Directions - For the data below, work out the number of lines containing the string "reference" and answer with that number only.
### Records for this task
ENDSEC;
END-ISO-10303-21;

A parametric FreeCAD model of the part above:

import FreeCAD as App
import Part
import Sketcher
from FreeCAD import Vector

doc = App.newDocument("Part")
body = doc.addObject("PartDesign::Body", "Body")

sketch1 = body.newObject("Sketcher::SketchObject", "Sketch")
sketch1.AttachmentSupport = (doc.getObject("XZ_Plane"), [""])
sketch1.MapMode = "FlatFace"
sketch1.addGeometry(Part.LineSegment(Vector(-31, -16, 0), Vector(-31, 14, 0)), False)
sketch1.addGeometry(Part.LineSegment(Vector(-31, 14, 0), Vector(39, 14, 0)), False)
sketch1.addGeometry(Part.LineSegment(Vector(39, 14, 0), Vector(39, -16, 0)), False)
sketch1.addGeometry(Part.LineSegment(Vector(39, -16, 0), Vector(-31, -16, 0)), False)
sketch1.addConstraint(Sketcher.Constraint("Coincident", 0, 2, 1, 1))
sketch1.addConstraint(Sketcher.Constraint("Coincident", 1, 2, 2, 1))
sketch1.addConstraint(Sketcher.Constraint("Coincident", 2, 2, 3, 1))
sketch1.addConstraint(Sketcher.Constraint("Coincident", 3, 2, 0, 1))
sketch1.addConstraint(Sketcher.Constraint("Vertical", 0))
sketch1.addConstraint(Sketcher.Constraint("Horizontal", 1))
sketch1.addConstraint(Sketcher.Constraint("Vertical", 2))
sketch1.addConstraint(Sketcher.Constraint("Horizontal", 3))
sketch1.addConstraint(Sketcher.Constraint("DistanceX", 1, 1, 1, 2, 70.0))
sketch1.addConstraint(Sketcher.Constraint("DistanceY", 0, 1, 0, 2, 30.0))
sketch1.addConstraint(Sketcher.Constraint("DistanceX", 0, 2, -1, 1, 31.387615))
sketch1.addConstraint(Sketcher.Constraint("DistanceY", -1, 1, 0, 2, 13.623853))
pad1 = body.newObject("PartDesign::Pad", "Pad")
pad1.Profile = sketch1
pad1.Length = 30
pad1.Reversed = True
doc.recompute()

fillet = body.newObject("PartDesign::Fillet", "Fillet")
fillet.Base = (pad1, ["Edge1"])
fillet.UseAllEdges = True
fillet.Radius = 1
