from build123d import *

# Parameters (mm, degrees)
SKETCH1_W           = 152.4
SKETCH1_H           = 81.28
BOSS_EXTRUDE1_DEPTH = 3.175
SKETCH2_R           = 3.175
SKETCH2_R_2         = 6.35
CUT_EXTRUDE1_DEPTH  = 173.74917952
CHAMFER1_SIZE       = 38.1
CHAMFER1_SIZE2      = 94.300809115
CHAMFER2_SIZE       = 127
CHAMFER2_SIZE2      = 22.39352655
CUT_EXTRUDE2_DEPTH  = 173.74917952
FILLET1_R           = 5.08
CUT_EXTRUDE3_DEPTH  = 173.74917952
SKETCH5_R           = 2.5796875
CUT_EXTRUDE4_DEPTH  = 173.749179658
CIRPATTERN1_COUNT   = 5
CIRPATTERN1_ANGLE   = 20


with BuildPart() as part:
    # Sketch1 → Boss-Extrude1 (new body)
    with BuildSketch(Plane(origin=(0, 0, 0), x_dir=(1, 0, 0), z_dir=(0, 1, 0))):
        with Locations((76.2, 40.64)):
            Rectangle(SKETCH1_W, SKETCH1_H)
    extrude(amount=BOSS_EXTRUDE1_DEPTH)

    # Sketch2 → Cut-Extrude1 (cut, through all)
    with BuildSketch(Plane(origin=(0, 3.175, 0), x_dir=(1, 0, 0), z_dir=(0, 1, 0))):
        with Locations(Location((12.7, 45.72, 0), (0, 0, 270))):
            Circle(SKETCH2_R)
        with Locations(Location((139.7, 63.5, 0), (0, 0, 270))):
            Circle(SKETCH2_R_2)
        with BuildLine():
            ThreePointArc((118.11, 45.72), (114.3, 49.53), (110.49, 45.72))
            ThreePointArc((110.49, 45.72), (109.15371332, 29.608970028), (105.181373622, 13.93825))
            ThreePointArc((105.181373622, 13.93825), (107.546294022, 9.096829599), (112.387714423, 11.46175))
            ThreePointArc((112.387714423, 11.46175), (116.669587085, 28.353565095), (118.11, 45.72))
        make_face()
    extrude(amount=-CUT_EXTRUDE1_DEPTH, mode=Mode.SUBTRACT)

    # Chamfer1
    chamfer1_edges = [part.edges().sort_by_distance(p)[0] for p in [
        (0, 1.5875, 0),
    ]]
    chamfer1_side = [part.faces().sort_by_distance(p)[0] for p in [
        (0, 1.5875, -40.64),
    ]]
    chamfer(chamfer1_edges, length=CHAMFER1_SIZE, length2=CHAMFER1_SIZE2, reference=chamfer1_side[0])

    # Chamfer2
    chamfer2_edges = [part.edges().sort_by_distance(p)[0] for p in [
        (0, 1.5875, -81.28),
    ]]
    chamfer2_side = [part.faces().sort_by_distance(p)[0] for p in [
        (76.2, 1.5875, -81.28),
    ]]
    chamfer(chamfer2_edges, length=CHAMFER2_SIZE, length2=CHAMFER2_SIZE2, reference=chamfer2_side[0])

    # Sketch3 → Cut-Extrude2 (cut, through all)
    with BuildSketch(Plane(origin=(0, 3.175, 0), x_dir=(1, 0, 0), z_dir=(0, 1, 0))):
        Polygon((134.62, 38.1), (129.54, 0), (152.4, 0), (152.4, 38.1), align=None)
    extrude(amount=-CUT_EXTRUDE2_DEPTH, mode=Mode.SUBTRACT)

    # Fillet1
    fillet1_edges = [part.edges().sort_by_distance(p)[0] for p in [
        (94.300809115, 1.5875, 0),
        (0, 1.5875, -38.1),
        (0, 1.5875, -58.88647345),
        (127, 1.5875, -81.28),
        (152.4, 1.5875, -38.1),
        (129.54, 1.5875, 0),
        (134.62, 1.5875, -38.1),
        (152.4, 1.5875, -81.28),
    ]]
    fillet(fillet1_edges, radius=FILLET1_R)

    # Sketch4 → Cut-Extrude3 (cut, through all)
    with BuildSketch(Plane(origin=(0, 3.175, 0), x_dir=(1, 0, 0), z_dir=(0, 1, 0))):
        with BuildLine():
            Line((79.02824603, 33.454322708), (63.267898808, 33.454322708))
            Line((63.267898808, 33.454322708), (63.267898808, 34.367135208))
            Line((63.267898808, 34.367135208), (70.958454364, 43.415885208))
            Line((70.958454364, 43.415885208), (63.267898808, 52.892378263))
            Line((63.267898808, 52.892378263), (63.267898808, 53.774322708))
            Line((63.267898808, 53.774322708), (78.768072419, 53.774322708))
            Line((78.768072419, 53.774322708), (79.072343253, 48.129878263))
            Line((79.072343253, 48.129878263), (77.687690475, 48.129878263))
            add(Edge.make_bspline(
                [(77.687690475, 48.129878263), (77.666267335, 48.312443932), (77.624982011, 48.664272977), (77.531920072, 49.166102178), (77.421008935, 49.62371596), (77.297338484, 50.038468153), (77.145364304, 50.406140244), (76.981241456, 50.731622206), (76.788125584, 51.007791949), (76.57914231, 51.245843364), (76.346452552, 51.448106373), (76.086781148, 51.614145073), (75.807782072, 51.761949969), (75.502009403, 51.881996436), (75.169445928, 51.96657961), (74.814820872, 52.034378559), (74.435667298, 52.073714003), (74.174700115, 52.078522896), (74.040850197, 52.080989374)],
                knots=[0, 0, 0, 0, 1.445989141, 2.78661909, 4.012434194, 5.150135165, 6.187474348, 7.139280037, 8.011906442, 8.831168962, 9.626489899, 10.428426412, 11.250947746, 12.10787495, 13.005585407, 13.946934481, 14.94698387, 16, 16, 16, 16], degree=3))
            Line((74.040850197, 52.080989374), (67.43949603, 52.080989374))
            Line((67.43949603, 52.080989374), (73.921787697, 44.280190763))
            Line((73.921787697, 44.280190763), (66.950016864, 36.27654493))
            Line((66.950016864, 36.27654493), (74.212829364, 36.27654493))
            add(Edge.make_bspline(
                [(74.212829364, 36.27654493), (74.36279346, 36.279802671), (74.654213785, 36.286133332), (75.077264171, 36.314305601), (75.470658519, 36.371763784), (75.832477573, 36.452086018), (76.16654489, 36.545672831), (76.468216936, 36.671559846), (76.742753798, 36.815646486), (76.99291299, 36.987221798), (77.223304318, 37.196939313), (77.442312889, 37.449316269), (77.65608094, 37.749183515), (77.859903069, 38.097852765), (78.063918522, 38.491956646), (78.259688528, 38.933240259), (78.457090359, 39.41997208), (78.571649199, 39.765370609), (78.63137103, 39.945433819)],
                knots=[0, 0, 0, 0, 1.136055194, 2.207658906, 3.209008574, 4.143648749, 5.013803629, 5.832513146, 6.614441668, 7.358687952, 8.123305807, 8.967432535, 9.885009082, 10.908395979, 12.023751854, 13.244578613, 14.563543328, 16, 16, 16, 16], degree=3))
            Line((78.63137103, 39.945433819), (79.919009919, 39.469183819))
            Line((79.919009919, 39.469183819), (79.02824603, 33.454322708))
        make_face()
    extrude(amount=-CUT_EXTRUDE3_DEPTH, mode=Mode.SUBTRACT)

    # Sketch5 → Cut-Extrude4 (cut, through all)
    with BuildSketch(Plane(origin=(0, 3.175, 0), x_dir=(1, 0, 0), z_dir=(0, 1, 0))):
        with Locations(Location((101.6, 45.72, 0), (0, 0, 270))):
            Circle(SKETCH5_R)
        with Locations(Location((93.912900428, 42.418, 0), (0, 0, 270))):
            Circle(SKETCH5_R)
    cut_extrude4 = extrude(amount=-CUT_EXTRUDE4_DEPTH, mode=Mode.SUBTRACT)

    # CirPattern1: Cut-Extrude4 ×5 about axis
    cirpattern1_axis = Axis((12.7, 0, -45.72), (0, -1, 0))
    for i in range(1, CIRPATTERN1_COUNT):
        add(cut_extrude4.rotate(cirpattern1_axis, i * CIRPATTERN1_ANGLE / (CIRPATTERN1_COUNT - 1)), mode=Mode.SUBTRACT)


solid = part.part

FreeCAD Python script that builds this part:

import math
import FreeCAD as App
import Part
import Sketcher
Q = App.Units.Quantity


def edges_at(feature, points):
    """Names of the edges that pass closest to the given points."""
    edges = feature.Shape.Edges
    near = lambda p: min(range(len(edges)), key=lambda i: edges[i].distToShape(Part.Vertex(*p))[0])
    return sorted({f"Edge{near(p) + 1}" for p in points})

doc = App.newDocument("Part")
params = doc.addObject("Spreadsheet::Sheet", "Params")
for row, (alias, value) in enumerate([
    ("sketch1_width", "6 in"),
    ("sketch1_height", "3.2 in"),
    ("pad1_length", "0.125 in"),
    ("sketch2_diameter", "0.5 in"),
    ("sketch2_diameter2", "0.25 in"),
    ("sketch2_radius", "0.15 in"),
    ("sketch2_radius2", "3.85 in"),
    ("chamfer_size", "1.5 in"),
    ("chamfer_size2", "94.300809 mm"),
    ("chamfer2_size", "5 in"),
    ("chamfer2_size2", "22.393527 mm"),
    ("sketch3_width", "0.9 in"),
    ("sketch3_width2", "0.7 in"),
    ("sketch3_height", "1.5 in"),
    ("fillet_radius", "0.2 in"),
    ("sketch5_diameter", "0.203125 in"),
], start=1):
    params.set(f"A{row}", alias)
    params.set(f"B{row}", "=" + value)
    params.setAlias(f"B{row}", alias)

body = doc.addObject("PartDesign::Body", "Body")

# Sketch on XZ plane
sketch1 = doc.addObject("Sketcher::SketchObject", "Sketch")
body.addObject(sketch1)
sketch1.AttachmentSupport = (doc.XZ_Plane, [""])
sketch1.MapMode = "FlatFace"
sketch1.addGeometry([
    Part.LineSegment(App.Vector(0, -81, 0), App.Vector(0, 0, 0)),
    Part.LineSegment(App.Vector(0, 0, 0), App.Vector(152, 0, 0)),
    Part.LineSegment(App.Vector(152, 0, 0), App.Vector(152, -81, 0)),
    Part.LineSegment(App.Vector(152, -81, 0), App.Vector(0, -81, 0)),
], False)
sketch1.addConstraint([
    Sketcher.Constraint("Coincident", 0, 2, 1, 1),
    Sketcher.Constraint("Coincident", 1, 2, 2, 1),
    Sketcher.Constraint("Coincident", 2, 2, 3, 1),
    Sketcher.Constraint("Coincident", 3, 2, 0, 1),
    Sketcher.Constraint("Vertical", 0),
    Sketcher.Constraint("Horizontal", 1),
    Sketcher.Constraint("Vertical", 2),
    Sketcher.Constraint("Horizontal", 3),
    Sketcher.Constraint("Coincident", 0, 2, -1, 1),
    Sketcher.Constraint("DistanceX", 1, 1, 1, 2, Q("6 in")),
    Sketcher.Constraint("DistanceY", 0, 1, 0, 2, Q("3.2 in")),
])
sketch1.setExpression("Constraints[9]", "Params.sketch1_width")
sketch1.setExpression("Constraints[10]", "Params.sketch1_height")
pad1 = doc.addObject("PartDesign::Pad", "Pad")
body.addObject(pad1)
pad1.Profile = sketch1
pad1.setExpression("Length", "Params.pad1_length")
pad1.Reversed = True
######
Answer section - 2